Eskişehir Osmangazi Üniversitesi (ESOGÜ) Tıp Fakültesi Girişimsel Radyoloji Bilim Dalı Başkanı Doç. Dr. Fahrettin Küçükay, diyalize giren hastaların fistüllerinin tıkanması veya daralması sorunu ve ameliyatsız çözüm önerileri hakkında bilgilendirici bir açıklama yaptı.
Hemodiyalizin böbrek yetmezliği olan hastalarda uygulanan bir kan temizleme yöntemi olduğunu söyleyen Doç. Dr. Küçükay, “Hastalara hemodiyaliz uygulayabilmek için damar giriş yolu ve damar çıkış yolu bağlantılarının olması gerekmektedir. Bu da başlıca 3 yöntemle sağlanır. Bunlar; büyük toplardamarlara ince borular bırakma, cerrahi olarak; sentetik greftlerle; cerrahi olarak atardamar ile toplardamar arasında direkt bağlantı kurmakla geliştirilen arteriovenöz fistül ile sağlanabilir. En sık kullanılan yöntem arteriovenöz fistül oluşturmaktır fakat arteriovenöz fistül oluşturmak cerrahi olarak mümkün değilse bu bağlantı sentetik greftler yardımı ile yapılır. Santral venözkatater bırakma ancak kısa dönem uygulamalar için yapılmaktadır. Bunun nedeni uzun süre kateter bırakmaya bağlı komplikasyonlardır. Oluşturulan arteriovenöz fistül ve sentetik greft bağlantıların nedeni toplardamardaki kan akımını ve basıncını arttırarak damarın güçlenmesini ve duvarının kalınlaşmasını sağlamaktır. Böylece hemodiyaliz için tekrar tekrar yapılması gereken toplardamar girişleri daha güvenli ve komplikasyonsuz bir şekilde oluşturulabilecektir" dedi.
"Fistüllerdeki darlık ve tıkanıklıklar hastanın hemodiyalize girmesine engeldir"

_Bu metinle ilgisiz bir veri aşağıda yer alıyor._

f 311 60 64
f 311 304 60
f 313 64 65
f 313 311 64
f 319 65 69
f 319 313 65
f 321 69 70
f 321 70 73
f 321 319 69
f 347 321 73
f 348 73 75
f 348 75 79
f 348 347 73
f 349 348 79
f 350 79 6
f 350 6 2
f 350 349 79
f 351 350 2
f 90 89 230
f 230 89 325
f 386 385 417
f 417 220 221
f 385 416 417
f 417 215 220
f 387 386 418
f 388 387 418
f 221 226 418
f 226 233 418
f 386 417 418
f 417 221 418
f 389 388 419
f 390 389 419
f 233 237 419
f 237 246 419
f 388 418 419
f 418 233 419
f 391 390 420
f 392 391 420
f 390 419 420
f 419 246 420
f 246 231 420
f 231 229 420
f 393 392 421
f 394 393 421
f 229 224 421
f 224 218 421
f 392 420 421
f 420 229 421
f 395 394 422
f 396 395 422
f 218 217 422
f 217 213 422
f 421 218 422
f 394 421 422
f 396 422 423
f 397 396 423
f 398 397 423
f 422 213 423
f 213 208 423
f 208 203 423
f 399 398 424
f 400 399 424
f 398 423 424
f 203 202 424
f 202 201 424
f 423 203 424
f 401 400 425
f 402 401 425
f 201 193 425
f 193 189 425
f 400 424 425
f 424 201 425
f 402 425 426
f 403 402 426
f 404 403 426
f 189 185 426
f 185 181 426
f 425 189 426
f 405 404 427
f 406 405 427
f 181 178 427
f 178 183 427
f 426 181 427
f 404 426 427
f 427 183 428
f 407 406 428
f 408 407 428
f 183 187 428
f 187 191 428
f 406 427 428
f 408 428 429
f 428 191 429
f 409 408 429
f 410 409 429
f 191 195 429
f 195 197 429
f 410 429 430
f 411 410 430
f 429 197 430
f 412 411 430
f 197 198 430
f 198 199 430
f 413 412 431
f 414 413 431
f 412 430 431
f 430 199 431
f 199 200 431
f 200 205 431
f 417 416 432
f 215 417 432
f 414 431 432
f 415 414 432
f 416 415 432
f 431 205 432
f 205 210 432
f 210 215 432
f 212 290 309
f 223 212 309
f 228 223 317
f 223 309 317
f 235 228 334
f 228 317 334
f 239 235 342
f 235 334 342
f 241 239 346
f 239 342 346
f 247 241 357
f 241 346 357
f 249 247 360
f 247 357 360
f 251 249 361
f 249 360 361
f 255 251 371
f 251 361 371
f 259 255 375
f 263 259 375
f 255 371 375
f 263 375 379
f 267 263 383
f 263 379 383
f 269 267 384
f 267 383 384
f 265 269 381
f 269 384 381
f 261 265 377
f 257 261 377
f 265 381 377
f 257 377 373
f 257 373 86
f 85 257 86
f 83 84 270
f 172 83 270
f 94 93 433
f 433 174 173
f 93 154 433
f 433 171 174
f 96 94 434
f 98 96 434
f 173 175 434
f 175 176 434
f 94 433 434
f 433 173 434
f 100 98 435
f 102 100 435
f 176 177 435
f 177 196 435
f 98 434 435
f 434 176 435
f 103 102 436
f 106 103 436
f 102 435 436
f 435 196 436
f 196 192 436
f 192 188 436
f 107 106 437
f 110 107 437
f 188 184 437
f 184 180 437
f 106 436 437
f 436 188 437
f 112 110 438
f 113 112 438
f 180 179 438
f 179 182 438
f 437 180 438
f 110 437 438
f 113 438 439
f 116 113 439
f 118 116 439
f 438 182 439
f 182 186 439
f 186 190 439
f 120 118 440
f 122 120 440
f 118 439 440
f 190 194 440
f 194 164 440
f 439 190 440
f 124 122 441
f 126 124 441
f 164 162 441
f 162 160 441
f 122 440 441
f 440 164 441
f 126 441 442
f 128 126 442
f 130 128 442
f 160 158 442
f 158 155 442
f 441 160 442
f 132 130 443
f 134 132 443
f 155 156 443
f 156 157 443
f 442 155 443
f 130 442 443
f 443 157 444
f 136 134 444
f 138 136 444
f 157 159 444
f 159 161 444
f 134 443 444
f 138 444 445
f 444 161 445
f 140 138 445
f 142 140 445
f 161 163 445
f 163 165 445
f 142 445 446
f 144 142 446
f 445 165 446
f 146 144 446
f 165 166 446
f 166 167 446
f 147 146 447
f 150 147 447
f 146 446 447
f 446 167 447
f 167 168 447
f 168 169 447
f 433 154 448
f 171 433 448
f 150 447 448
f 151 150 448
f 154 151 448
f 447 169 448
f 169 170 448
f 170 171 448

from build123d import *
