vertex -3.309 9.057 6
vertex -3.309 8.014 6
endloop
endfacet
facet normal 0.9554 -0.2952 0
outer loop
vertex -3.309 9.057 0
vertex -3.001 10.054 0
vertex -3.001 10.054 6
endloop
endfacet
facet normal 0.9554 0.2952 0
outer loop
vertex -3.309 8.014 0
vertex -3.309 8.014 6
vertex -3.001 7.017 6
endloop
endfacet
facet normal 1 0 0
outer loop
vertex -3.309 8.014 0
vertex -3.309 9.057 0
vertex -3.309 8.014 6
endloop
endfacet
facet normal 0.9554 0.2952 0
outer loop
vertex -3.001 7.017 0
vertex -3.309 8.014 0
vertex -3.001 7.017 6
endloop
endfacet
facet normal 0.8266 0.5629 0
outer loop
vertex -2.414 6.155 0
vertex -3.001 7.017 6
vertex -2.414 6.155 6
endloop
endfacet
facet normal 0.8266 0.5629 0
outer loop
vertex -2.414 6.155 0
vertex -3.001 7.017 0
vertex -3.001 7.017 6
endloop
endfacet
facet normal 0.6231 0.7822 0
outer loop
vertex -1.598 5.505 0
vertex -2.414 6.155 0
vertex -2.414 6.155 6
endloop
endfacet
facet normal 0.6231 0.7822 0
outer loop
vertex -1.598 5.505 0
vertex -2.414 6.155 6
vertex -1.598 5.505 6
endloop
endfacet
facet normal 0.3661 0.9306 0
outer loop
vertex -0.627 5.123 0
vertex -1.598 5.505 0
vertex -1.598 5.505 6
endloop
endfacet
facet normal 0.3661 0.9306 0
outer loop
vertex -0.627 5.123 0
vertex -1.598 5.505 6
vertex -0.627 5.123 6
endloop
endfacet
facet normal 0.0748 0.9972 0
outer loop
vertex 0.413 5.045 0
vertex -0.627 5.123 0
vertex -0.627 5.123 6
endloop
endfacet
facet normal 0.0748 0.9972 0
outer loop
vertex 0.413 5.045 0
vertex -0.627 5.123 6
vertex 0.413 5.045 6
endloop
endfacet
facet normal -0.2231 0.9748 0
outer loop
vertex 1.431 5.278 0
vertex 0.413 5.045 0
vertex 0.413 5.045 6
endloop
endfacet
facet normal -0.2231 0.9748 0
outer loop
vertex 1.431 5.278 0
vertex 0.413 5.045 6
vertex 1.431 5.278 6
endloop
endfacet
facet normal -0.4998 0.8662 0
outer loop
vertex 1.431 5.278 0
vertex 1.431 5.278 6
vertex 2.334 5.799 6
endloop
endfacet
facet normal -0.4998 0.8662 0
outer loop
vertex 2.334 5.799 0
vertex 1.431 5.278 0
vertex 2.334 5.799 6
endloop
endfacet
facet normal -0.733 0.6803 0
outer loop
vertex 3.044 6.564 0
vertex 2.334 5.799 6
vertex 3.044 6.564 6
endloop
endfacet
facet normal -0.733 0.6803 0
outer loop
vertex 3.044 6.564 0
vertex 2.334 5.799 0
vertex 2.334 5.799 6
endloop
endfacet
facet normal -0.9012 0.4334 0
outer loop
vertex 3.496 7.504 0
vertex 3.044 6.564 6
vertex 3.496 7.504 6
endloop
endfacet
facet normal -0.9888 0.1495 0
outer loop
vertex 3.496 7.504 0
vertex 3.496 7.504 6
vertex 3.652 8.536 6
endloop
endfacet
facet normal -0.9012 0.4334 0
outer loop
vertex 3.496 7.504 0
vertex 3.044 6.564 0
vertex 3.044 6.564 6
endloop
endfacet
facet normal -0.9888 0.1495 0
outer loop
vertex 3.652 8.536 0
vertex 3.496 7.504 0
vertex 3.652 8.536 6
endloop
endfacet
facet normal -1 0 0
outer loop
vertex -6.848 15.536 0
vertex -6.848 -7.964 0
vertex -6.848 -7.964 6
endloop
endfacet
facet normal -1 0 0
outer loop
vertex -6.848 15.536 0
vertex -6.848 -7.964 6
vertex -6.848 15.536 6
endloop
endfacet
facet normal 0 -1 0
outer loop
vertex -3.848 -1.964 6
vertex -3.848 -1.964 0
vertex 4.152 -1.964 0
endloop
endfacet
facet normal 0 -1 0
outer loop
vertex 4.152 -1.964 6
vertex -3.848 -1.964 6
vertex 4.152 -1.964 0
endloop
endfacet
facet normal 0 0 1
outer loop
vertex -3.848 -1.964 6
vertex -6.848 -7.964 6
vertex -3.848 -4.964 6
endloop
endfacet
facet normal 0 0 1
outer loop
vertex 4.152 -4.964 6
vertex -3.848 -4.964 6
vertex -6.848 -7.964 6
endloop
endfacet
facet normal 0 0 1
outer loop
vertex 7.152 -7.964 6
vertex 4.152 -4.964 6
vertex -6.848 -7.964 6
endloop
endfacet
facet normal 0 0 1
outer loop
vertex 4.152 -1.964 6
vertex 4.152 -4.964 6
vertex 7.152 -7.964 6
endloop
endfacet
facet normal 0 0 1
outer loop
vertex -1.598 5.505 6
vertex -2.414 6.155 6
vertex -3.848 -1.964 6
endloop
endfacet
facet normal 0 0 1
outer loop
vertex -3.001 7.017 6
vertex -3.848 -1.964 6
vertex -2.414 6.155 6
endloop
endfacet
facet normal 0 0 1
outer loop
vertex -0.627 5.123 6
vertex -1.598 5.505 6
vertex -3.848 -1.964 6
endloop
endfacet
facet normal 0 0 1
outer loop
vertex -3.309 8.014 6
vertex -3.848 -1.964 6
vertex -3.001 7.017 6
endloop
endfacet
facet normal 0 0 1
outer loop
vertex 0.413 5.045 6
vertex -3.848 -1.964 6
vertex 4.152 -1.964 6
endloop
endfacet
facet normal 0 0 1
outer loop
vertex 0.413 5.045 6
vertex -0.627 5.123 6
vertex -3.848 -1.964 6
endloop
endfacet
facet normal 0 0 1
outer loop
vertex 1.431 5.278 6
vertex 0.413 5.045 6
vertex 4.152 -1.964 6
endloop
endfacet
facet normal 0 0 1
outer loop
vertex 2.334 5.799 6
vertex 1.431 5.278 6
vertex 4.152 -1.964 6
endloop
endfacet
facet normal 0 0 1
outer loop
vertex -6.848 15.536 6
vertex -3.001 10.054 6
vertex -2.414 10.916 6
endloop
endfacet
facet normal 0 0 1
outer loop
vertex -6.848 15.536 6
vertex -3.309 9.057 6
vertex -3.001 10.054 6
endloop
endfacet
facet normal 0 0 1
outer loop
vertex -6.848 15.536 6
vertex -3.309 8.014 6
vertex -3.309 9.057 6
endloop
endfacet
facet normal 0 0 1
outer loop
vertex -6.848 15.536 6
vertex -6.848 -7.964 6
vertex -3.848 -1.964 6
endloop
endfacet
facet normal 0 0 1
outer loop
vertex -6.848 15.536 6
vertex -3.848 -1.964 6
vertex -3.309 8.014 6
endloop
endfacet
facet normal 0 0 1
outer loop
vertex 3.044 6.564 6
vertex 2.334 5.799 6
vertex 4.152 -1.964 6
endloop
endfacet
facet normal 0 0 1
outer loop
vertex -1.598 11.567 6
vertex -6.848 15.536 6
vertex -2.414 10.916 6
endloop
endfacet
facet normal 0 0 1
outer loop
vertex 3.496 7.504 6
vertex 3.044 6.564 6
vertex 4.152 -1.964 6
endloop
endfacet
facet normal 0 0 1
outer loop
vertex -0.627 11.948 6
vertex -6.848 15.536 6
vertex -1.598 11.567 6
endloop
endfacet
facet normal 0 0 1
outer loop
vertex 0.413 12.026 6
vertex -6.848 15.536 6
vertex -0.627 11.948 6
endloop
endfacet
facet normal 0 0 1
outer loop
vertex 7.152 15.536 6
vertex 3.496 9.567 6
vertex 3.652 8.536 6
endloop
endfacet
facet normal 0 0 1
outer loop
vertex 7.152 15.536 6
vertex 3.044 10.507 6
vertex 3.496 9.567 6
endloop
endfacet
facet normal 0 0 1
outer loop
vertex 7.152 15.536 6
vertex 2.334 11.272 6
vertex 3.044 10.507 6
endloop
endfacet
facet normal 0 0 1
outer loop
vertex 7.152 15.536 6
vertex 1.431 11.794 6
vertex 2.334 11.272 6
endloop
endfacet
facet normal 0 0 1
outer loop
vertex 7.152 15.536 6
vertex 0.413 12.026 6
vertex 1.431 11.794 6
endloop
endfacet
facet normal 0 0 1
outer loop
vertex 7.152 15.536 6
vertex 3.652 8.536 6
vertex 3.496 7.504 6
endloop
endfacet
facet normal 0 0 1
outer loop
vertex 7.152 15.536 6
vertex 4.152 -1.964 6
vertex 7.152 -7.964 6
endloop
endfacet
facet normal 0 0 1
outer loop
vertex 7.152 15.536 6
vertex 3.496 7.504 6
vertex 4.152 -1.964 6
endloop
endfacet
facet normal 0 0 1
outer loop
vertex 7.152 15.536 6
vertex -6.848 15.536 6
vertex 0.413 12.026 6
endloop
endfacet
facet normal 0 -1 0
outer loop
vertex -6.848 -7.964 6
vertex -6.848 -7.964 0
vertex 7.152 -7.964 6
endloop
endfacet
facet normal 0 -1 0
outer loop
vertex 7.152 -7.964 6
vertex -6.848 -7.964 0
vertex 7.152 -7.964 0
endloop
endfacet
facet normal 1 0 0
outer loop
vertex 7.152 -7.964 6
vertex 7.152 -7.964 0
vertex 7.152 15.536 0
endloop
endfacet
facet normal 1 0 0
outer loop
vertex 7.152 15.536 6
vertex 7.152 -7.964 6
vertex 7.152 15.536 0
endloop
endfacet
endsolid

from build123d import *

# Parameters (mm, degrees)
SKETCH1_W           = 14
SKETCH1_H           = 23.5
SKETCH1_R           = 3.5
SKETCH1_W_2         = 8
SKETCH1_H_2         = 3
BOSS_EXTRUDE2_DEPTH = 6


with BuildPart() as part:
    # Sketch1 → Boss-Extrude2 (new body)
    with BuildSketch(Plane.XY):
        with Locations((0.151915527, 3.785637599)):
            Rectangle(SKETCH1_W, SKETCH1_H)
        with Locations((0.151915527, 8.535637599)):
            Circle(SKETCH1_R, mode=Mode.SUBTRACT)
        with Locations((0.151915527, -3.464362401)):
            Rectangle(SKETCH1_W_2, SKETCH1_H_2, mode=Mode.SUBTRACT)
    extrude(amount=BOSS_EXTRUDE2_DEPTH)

Fistülün sürecinden bahseden ESOGÜ Tıp Fakültesi Girişimsel Radyoloji Bilim Dalı Başkanı Doç. Dr. Küçükay, sentetik greftlerin zamanla daralma gösterebileceğini ya da tıkanabileceğini bildirdi. Bu durumun hastanın hemodiyalize girmesine engel olacağına dikkat çeken Küçükay açıklamalarını şöyle sürdürdü:
"Oluşan pıhtıların, daralmaların ve tıkanıklıkların tedavisi için girişimsel radyolojik olarak tromboliz (pıhtı eritilmesi), trombektomi (pıtının dışarı çıkarılması), balon uygulama ve stent uygulama yapılabilir. Bunlardaki temel amaç hemodiyaliz yolunu açık tutmaktır. Oluşturulan fistüllerdeki darlık ve tıkanıklıklar hastanın hemodiyalize girmesine engeldir. Çünkü bu patolojiler kan akımında ciddi azalmaya neden olabilirler. Bu girişimlerin bir başka amacı ise fistüllerin ve sentetik greftlerin uzun ömürlü olabilmesini sağlamaktır. Cerrahi prosedürleri tekrarlamaktansa oluşan patolojiyi ortadan kaldırıp fistül ve sentetik greft açıklığını ve uzun süre dayanıklılığını sağlamak daha güvenli-etkin ve tercih edilen bir yöntemdir. Hastaya uygun pozisyon verdikten ve sterilizasyondan sonra pıhtı varsa ince boru kateter ve teller yardımı ile girilerek pıhtı eritici tedavi bu ince borular yardımı ile uygulanır. Bir başka yöntem ise pıhtıların mekanik olarak eritilmesi ve dışarı çıkarılmasıdır. Bunlar için özel tasarlanmış kateterler (borular) mevcuttur. Bazen pıhtının içinden ince bir telle geçip balon uygulandıktan sonra bu yöntemler tekrarlanabilir. Darlıklar içinse öncelikle farklı özelliklerde balonlar kullanılır. Bu balonlar yüksek dirençli ve yüksek basınçlara çıkabilen balonlardır. Bazen yan tarafında ince kesici bıçaklar olan balonlar da kullanılabilir. Bunlar yeterli olmazsa hemodiyaliz yolunu açmak için stent uygulanabilir. Nadir de olsa işleme bağlı kanama, enfeksiyon, pıhtı oluşumu, damarlarda zedelenme, kontrast maddeye bağlı komplikasyonlar ve ağrı oluşabilir."